§ **ABOUT THIS EXERCISE**: Every line below between the one holding "#61=EDGE_CURVE('',#54,#59,#60,.T.);" and the one holding "#126=AXIS2_PLACEMENT_3D('',#125,#17,#103);", inclusive, should be copied exactly, and no other line.

---------- DATASET ----------

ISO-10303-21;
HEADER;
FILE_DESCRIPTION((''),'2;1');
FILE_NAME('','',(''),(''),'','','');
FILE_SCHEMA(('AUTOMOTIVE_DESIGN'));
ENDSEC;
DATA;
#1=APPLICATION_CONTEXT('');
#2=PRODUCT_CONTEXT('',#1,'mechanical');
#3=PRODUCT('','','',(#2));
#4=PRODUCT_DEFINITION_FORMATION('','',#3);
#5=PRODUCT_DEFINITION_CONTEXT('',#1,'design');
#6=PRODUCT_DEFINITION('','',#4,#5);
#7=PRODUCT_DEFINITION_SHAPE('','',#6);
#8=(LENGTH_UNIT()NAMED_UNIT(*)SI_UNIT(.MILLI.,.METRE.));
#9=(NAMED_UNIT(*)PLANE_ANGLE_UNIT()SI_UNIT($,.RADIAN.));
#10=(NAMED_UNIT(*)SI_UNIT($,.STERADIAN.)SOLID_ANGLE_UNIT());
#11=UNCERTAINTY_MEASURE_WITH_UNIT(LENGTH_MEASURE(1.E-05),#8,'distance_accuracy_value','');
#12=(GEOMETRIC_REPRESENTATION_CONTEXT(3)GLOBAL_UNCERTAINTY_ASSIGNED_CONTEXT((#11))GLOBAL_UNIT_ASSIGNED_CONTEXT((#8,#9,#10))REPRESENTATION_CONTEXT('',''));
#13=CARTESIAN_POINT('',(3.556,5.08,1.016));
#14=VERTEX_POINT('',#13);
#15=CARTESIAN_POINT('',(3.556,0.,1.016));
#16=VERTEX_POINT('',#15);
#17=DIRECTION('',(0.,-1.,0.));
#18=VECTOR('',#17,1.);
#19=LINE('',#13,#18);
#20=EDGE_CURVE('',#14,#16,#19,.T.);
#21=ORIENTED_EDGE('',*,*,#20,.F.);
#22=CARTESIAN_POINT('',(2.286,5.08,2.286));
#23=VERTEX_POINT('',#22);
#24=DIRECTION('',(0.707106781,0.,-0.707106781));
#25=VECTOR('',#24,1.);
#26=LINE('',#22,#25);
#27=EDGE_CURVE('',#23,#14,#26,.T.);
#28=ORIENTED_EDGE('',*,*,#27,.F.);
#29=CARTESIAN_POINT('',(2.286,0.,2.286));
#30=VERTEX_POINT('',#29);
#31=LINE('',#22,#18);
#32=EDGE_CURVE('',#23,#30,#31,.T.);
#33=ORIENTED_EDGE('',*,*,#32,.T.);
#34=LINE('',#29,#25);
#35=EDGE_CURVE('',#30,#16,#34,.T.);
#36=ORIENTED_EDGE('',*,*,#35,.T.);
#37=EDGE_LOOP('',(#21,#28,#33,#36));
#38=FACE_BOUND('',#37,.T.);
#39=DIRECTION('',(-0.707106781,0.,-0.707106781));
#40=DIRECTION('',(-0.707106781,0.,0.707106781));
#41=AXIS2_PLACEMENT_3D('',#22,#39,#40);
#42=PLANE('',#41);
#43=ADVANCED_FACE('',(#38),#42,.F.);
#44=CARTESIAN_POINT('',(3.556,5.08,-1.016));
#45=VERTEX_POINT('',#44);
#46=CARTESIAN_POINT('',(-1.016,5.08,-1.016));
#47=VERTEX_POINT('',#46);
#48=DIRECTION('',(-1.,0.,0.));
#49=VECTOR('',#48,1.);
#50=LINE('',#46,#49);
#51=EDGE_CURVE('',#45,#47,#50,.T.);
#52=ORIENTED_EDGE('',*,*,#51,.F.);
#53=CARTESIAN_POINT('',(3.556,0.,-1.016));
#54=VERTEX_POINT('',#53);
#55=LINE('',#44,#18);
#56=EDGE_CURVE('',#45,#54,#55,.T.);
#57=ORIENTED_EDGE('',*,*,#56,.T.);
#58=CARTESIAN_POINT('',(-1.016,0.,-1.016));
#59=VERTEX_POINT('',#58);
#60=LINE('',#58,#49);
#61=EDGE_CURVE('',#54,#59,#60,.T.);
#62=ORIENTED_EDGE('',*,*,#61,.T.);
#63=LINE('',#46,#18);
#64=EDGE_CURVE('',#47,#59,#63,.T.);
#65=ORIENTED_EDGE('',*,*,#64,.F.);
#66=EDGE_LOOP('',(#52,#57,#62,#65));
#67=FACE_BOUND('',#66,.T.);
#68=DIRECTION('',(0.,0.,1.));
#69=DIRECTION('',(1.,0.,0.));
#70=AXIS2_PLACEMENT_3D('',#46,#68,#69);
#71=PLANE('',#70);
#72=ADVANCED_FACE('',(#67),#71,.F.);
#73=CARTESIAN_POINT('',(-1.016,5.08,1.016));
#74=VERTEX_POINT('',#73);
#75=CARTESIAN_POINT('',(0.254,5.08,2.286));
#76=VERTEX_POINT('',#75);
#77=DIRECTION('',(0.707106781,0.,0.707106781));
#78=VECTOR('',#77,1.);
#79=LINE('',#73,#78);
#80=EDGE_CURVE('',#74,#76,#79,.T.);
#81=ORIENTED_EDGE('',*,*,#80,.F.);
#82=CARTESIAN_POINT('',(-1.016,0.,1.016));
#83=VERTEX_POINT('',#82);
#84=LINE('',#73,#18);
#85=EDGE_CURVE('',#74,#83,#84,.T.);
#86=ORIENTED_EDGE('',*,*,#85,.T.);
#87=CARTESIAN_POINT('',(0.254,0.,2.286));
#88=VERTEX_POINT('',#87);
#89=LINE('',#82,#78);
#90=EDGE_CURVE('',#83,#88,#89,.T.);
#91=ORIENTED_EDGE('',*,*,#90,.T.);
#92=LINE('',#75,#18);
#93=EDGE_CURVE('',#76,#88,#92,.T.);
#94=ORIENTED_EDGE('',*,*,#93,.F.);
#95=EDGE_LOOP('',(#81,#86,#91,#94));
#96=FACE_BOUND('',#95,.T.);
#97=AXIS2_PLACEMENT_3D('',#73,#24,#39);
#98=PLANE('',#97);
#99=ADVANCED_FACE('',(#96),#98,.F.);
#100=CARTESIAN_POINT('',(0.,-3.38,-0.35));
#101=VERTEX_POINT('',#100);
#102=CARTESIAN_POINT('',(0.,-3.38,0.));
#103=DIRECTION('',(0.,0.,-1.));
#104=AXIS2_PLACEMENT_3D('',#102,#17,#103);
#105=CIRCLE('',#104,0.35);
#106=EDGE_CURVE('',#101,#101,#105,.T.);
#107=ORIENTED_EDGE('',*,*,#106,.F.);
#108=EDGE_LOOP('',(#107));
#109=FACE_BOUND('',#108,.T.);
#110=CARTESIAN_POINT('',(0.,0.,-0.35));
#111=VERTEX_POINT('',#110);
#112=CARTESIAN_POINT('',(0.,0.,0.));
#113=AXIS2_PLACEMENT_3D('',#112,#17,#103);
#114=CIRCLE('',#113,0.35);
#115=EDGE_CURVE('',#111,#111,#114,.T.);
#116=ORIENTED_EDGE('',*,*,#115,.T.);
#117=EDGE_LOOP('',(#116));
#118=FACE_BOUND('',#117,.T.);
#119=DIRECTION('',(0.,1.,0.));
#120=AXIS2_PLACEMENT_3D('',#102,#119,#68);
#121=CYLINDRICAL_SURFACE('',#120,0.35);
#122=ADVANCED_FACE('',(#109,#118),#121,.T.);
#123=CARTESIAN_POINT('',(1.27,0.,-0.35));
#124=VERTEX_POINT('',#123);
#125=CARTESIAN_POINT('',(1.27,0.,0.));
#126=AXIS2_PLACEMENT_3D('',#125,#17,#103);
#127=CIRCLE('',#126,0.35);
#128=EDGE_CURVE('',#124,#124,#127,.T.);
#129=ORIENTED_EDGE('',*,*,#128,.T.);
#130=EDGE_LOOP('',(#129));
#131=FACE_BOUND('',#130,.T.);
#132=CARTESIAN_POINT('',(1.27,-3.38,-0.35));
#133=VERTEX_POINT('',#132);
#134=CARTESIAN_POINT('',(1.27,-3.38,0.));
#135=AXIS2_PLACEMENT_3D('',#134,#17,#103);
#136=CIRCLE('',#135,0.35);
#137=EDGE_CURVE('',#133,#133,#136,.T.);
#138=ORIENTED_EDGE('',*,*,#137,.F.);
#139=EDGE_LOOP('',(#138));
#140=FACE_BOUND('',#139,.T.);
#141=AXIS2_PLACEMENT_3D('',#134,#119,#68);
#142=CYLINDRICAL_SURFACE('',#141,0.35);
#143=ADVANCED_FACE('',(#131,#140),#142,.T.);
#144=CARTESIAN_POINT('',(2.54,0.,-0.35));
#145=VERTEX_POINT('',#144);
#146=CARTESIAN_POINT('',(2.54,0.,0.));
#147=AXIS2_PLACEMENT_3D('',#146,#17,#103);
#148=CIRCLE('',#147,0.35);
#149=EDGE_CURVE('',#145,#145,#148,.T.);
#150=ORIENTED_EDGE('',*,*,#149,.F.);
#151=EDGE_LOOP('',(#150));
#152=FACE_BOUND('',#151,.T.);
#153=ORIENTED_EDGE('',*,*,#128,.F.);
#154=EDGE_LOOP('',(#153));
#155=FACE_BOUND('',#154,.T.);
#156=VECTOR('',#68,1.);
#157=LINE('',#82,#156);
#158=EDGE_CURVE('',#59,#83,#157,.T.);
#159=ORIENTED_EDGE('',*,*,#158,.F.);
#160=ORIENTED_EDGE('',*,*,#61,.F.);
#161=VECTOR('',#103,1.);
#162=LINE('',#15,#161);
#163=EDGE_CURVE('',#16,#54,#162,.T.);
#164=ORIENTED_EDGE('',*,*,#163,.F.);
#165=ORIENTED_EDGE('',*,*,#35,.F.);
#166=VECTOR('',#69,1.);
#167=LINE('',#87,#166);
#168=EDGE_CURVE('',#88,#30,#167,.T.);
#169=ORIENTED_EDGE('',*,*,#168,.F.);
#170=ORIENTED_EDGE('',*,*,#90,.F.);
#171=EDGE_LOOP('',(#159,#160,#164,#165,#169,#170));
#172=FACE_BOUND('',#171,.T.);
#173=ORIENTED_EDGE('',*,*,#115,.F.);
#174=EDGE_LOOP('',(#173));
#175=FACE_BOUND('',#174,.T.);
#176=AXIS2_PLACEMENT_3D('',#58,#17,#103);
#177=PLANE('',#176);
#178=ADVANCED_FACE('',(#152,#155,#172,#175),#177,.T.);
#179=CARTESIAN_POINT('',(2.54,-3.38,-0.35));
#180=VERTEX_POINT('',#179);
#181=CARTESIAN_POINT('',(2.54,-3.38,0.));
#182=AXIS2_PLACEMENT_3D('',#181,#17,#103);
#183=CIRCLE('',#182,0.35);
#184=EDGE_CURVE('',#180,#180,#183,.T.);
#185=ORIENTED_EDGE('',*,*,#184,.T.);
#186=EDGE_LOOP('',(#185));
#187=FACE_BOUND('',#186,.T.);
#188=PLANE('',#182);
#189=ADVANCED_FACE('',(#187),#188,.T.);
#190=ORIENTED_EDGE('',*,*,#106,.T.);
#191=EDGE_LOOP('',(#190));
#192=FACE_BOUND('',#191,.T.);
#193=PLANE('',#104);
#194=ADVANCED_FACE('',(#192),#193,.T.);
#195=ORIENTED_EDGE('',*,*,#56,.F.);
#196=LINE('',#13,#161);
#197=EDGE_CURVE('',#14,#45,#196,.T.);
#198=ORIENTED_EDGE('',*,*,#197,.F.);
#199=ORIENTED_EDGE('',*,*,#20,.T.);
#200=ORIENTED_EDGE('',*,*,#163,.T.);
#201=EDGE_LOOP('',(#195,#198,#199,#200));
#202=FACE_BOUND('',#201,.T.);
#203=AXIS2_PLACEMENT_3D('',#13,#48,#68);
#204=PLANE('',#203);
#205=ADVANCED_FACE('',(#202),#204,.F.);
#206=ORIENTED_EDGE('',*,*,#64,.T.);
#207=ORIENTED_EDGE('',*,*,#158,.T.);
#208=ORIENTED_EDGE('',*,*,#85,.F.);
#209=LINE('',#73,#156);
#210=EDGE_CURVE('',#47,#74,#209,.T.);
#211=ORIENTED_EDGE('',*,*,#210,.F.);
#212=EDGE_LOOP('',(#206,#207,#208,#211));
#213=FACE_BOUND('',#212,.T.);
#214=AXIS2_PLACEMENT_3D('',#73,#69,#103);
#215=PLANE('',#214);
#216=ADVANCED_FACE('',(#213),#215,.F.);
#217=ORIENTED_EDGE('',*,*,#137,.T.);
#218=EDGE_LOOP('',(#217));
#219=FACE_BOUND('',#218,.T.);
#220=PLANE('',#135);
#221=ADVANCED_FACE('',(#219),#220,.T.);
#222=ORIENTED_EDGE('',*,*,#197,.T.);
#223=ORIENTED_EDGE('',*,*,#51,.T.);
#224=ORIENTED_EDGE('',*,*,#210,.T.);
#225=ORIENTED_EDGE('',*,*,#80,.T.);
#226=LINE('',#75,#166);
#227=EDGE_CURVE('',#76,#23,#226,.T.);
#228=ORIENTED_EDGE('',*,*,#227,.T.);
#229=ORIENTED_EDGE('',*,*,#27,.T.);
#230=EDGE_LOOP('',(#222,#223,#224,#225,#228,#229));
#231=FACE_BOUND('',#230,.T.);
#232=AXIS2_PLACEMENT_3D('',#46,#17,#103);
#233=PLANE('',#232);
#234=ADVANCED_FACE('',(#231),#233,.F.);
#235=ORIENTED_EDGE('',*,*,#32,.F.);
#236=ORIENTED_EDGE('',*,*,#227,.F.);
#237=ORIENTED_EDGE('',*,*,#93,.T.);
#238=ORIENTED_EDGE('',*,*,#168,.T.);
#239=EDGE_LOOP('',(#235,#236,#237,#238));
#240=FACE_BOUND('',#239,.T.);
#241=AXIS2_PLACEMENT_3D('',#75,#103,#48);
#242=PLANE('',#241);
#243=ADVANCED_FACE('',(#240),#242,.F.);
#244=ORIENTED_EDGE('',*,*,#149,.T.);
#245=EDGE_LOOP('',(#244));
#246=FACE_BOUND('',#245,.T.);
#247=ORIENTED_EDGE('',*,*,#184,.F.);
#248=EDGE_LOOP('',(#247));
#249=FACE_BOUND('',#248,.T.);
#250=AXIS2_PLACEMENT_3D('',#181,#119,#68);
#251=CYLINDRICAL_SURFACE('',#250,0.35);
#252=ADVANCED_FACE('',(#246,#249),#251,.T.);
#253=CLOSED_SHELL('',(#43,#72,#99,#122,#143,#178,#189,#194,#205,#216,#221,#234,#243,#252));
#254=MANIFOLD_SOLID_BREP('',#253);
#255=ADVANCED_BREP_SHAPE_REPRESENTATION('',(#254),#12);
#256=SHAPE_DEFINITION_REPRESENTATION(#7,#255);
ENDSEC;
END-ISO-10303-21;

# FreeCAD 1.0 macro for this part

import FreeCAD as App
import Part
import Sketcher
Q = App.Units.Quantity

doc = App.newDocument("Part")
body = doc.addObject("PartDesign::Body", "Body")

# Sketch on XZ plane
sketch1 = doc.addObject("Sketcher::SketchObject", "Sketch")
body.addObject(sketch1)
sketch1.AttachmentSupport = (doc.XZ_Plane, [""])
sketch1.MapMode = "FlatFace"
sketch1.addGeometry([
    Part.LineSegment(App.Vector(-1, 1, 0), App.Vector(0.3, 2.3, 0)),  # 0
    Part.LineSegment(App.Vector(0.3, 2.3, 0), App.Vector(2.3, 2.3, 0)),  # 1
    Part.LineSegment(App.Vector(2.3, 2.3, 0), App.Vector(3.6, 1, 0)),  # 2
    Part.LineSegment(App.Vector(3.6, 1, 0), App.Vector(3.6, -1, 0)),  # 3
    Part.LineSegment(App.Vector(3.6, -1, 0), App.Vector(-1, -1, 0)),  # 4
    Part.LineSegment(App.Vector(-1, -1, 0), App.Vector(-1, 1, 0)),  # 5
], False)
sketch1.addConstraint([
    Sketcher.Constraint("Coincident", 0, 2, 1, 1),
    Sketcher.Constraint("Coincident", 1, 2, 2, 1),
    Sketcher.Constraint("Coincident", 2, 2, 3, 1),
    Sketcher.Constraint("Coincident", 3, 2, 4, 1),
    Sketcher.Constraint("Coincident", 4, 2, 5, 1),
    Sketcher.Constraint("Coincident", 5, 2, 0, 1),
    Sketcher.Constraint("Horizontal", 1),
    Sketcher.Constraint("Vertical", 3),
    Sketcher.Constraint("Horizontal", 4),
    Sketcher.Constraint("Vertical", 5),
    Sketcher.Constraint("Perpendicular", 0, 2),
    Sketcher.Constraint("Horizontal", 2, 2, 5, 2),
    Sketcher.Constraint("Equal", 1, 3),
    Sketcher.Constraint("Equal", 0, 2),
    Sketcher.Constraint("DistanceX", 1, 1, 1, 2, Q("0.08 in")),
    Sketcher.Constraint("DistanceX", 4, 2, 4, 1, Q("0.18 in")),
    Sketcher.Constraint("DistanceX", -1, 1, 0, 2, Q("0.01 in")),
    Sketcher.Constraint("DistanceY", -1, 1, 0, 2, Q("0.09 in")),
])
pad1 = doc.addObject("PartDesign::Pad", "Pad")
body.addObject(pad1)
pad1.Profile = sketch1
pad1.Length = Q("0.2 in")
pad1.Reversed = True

----------

§ **ANSWER SPACE**:
#61=EDGE_CURVE('',#54,#59,#60,.T.);
#62=ORIENTED_EDGE('',*,*,#61,.T.);
#63=LINE('',#46,#18);
#64=EDGE_CURVE('',#47,#59,#63,.T.);
#65=ORIENTED_EDGE('',*,*,#64,.F.);
#66=EDGE_LOOP('',(#52,#57,#62,#65));
#67=FACE_BOUND('',#66,.T.);
#68=DIRECTION('',(0.,0.,1.));
#69=DIRECTION('',(1.,0.,0.));
#70=AXIS2_PLACEMENT_3D('',#46,#68,#69);
#71=PLANE('',#70);
#72=ADVANCED_FACE('',(#67),#71,.F.);
#73=CARTESIAN_POINT('',(-1.016,5.08,1.016));
#74=VERTEX_POINT('',#73);
#75=CARTESIAN_POINT('',(0.254,5.08,2.286));
#76=VERTEX_POINT('',#75);
#77=DIRECTION('',(0.707106781,0.,0.707106781));
#78=VECTOR('',#77,1.);
#79=LINE('',#73,#78);
#80=EDGE_CURVE('',#74,#76,#79,.T.);
#81=ORIENTED_EDGE('',*,*,#80,.F.);
#82=CARTESIAN_POINT('',(-1.016,0.,1.016));
#83=VERTEX_POINT('',#82);
#84=LINE('',#73,#18);
#85=EDGE_CURVE('',#74,#83,#84,.T.);
#86=ORIENTED_EDGE('',*,*,#85,.T.);
#87=CARTESIAN_POINT('',(0.254,0.,2.286));
#88=VERTEX_POINT('',#87);
#89=LINE('',#82,#78);
#90=EDGE_CURVE('',#83,#88,#89,.T.);
#91=ORIENTED_EDGE('',*,*,#90,.T.);
#92=LINE('',#75,#18);
#93=EDGE_CURVE('',#76,#88,#92,.T.);
#94=ORIENTED_EDGE('',*,*,#93,.F.);
#95=EDGE_LOOP('',(#81,#86,#91,#94));
#96=FACE_BOUND('',#95,.T.);
#97=AXIS2_PLACEMENT_3D('',#73,#24,#39);
#98=PLANE('',#97);
#99=ADVANCED_FACE('',(#96),#98,.F.);
#100=CARTESIAN_POINT('',(0.,-3.38,-0.35));
#101=VERTEX_POINT('',#100);
#102=CARTESIAN_POINT('',(0.,-3.38,0.));
#103=DIRECTION('',(0.,0.,-1.));
#104=AXIS2_PLACEMENT_3D('',#102,#17,#103);
#105=CIRCLE('',#104,0.35);
#106=EDGE_CURVE('',#101,#101,#105,.T.);
#107=ORIENTED_EDGE('',*,*,#106,.F.);
#108=EDGE_LOOP('',(#107));
#109=FACE_BOUND('',#108,.T.);
#110=CARTESIAN_POINT('',(0.,0.,-0.35));
#111=VERTEX_POINT('',#110);
#112=CARTESIAN_POINT('',(0.,0.,0.));
#113=AXIS2_PLACEMENT_3D('',#112,#17,#103);
#114=CIRCLE('',#113,0.35);
#115=EDGE_CURVE('',#111,#111,#114,.T.);
#116=ORIENTED_EDGE('',*,*,#115,.T.);
#117=EDGE_LOOP('',(#116));
#118=FACE_BOUND('',#117,.T.);
#119=DIRECTION('',(0.,1.,0.));
#120=AXIS2_PLACEMENT_3D('',#102,#119,#68);
#121=CYLINDRICAL_SURFACE('',#120,0.35);
#122=ADVANCED_FACE('',(#109,#118),#121,.T.);
#123=CARTESIAN_POINT('',(1.27,0.,-0.35));
#124=VERTEX_POINT('',#123);
#125=CARTESIAN_POINT('',(1.27,0.,0.));
#126=AXIS2_PLACEMENT_3D('',#125,#17,#103);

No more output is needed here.